▶ PROBLEM STATEMENT: Your task is to copy the stretch of lines in the records below that begins with the line containing "#122=ORIENTED_EDGE('',*,*,#61,.T.);" and ends with the line containing "FreeCAD Python script", exactly as written, with nothing added.

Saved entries
··········

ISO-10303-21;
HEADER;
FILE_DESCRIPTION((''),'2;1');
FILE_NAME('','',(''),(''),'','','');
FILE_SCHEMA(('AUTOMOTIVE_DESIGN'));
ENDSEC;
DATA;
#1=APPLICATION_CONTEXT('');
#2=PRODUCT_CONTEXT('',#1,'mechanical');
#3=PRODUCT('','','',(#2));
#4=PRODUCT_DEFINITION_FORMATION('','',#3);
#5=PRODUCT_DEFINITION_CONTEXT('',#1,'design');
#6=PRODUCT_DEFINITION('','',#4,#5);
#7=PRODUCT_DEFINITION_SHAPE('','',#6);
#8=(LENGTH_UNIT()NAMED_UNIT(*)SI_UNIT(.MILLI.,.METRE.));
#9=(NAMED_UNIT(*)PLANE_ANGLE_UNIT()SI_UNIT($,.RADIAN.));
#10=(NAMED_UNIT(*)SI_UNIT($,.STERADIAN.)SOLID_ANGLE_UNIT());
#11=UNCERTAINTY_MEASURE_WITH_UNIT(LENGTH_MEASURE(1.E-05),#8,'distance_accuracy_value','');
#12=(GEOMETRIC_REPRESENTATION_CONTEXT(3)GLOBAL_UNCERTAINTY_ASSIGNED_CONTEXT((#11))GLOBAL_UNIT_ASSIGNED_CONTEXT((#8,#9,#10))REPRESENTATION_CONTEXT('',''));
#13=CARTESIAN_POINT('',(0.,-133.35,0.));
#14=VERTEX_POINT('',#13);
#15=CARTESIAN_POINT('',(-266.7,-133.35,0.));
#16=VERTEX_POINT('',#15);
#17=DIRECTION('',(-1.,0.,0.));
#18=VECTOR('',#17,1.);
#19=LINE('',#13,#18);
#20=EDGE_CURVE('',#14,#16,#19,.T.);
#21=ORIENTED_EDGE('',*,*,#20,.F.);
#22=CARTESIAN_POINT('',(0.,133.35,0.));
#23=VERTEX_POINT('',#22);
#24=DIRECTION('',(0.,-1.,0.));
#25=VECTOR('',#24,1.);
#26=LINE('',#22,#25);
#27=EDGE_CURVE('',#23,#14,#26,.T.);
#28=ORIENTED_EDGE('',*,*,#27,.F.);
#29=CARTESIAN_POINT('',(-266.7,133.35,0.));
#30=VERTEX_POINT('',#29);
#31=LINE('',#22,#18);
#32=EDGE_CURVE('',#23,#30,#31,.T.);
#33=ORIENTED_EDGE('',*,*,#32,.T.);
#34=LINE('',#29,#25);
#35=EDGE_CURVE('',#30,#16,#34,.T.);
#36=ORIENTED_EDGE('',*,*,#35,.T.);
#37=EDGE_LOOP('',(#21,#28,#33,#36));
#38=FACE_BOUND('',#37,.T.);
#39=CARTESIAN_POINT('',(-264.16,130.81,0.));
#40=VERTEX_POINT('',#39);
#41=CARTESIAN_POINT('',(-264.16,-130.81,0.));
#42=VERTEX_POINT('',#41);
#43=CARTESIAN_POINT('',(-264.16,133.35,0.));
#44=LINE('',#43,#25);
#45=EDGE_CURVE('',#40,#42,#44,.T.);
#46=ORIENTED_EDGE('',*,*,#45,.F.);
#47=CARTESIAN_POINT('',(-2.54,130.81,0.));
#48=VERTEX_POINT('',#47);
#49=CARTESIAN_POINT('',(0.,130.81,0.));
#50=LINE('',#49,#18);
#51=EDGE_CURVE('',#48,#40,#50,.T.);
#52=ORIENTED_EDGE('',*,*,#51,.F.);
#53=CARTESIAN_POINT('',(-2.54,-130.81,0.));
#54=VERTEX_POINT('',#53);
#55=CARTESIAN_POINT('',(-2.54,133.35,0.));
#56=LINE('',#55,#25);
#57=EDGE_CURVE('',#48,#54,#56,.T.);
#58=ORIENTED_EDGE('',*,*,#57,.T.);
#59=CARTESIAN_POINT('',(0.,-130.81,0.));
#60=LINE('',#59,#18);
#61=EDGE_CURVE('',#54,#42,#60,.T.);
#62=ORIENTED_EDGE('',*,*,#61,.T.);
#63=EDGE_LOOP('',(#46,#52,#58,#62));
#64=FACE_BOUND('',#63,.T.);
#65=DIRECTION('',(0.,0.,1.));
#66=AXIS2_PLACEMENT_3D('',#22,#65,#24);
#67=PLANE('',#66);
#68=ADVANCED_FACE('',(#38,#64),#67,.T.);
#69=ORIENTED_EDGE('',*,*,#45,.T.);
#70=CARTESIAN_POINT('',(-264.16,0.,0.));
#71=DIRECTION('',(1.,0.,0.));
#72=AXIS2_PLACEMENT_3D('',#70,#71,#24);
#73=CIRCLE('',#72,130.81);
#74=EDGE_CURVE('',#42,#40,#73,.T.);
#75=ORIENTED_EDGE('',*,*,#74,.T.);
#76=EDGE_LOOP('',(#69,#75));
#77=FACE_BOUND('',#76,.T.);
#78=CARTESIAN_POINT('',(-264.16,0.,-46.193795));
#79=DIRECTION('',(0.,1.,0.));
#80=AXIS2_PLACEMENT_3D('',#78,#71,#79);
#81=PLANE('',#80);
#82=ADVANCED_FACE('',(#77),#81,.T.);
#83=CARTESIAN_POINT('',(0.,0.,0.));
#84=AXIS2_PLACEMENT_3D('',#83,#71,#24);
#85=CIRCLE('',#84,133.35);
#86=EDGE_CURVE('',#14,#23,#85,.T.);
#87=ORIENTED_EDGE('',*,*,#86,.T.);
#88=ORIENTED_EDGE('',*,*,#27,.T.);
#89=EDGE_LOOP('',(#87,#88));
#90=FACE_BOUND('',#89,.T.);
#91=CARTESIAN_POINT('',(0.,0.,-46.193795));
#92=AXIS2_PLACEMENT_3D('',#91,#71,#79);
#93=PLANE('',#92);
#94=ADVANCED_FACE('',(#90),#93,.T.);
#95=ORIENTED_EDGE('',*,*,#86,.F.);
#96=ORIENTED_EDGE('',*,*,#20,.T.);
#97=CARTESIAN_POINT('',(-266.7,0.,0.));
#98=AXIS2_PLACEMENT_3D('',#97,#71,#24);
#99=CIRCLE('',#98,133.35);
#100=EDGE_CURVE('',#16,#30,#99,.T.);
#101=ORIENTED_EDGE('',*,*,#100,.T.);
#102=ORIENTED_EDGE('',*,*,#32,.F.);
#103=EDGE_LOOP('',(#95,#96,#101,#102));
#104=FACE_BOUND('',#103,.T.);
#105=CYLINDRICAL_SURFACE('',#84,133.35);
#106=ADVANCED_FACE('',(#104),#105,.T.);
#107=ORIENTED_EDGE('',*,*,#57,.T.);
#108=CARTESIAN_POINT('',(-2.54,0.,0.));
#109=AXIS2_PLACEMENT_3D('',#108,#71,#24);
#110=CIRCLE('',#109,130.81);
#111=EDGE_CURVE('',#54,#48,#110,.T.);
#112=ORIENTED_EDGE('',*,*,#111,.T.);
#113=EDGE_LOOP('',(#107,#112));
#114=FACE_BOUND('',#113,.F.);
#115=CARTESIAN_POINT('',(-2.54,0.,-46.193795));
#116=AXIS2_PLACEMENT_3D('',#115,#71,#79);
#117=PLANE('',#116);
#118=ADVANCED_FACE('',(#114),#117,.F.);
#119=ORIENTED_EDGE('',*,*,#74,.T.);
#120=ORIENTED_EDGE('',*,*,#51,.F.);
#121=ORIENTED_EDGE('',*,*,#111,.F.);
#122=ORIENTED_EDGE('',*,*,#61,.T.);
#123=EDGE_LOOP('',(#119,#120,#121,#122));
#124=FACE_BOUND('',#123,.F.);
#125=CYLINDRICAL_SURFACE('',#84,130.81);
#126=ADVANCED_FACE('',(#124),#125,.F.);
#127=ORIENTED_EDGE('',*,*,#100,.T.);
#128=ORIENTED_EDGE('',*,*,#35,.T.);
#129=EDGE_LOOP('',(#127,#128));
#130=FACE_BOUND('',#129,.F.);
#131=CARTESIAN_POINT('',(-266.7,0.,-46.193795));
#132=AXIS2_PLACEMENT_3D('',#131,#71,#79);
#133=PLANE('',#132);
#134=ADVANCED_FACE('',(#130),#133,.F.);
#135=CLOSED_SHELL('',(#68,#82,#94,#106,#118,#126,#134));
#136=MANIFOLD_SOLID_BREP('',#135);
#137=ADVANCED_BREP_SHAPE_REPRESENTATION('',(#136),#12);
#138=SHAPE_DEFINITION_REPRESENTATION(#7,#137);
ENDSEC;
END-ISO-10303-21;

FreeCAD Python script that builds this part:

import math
import FreeCAD as App
import Part
import Sketcher

V = App.Vector
Q = App.Units.Quantity


def faces_at(feature, points):
    """Names of the faces that lie closest to the given points."""
    faces = feature.Shape.Faces
    near = lambda p: min(range(len(faces)), key=lambda i: faces[i].distToShape(Part.Vertex(*p))[0])
    return sorted({f"Face{near(p) + 1}" for p in points})

doc = App.newDocument("Part")
params = doc.addObject("Spreadsheet::Sheet", "Params")
for row, (alias, value) in enumerate([
    ("sketch1_radius", "5.25 in"),
    ("pad1_length", "10.5 in"),
    ("thickness_wall", "0.1 in"),
], start=1):
    params.set(f"A{row}", alias)
    params.set(f"B{row}", "=" + value)
    params.setAlias(f"B{row}", alias)

body = doc.addObject("PartDesign::Body", "Body")

sketch1 = body.newObject("Sketcher::SketchObject", "Sketch")
sketch1.AttachmentSupport = (doc.getObject("YZ_Plane"), [""])
sketch1.MapMode = "FlatFace"
sketch1.addGeometry([
    Part.LineSegment(V(133.35, 0, 0), V(-133.35, 0, 0)),
    Part.ArcOfCircle(Part.Circle(V(0, 0, 0), V(0, 0, 1), 133.35), math.radians(180), math.radians(360)),
], False)
sketch1.addConstraint([
    Sketcher.Constraint("Coincident", 0, 1, 1, 2),
    Sketcher.Constraint("Coincident", 1, 1, 0, 2),
    Sketcher.Constraint("Horizontal", 0),
    Sketcher.Constraint("Coincident", 1, 3, -1, 1),
    Sketcher.Constraint("PointOnObject", 0, 1, -1),
    Sketcher.Constraint("Radius", 1, Q("5.25 in")),
])
sketch1.setExpression("Constraints[5]", "Params.sketch1_radius")
pad1 = body.newObject("PartDesign::Pad", "Pad")
pad1.Profile = sketch1
pad1.setExpression("Length", "Params.pad1_length")
pad1.Reversed = True
doc.recompute()

thickness = body.newObject("PartDesign::Thickness", "Thickness")
thickness.Base = (pad1, faces_at(pad1, [(-133.35, 0, 0)]))
thickness.setExpression("Value", "Params.thickness_wall")
thickness.Reversed = True
thickness.Join = "Arc"

doc.recompute()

··········

▶ SOLUTION:
#122=ORIENTED_EDGE('',*,*,#61,.T.);
#123=EDGE_LOOP('',(#119,#120,#121,#122));
#124=FACE_BOUND('',#123,.F.);
#125=CYLINDRICAL_SURFACE('',#84,130.81);
#126=ADVANCED_FACE('',(#124),#125,.F.);
#127=ORIENTED_EDGE('',*,*,#100,.T.);
#128=ORIENTED_EDGE('',*,*,#35,.T.);
#129=EDGE_LOOP('',(#127,#128));
#130=FACE_BOUND('',#129,.F.);
#131=CARTESIAN_POINT('',(-266.7,0.,-46.193795));
#132=AXIS2_PLACEMENT_3D('',#131,#71,#79);
#133=PLANE('',#132);
#134=ADVANCED_FACE('',(#130),#133,.F.);
#135=CLOSED_SHELL('',(#68,#82,#94,#106,#118,#126,#134));
#136=MANIFOLD_SOLID_BREP('',#135);
#137=ADVANCED_BREP_SHAPE_REPRESENTATION('',(#136),#12);
#138=SHAPE_DEFINITION_REPRESENTATION(#7,#137);
ENDSEC;
END-ISO-10303-21;

FreeCAD Python script that builds this part:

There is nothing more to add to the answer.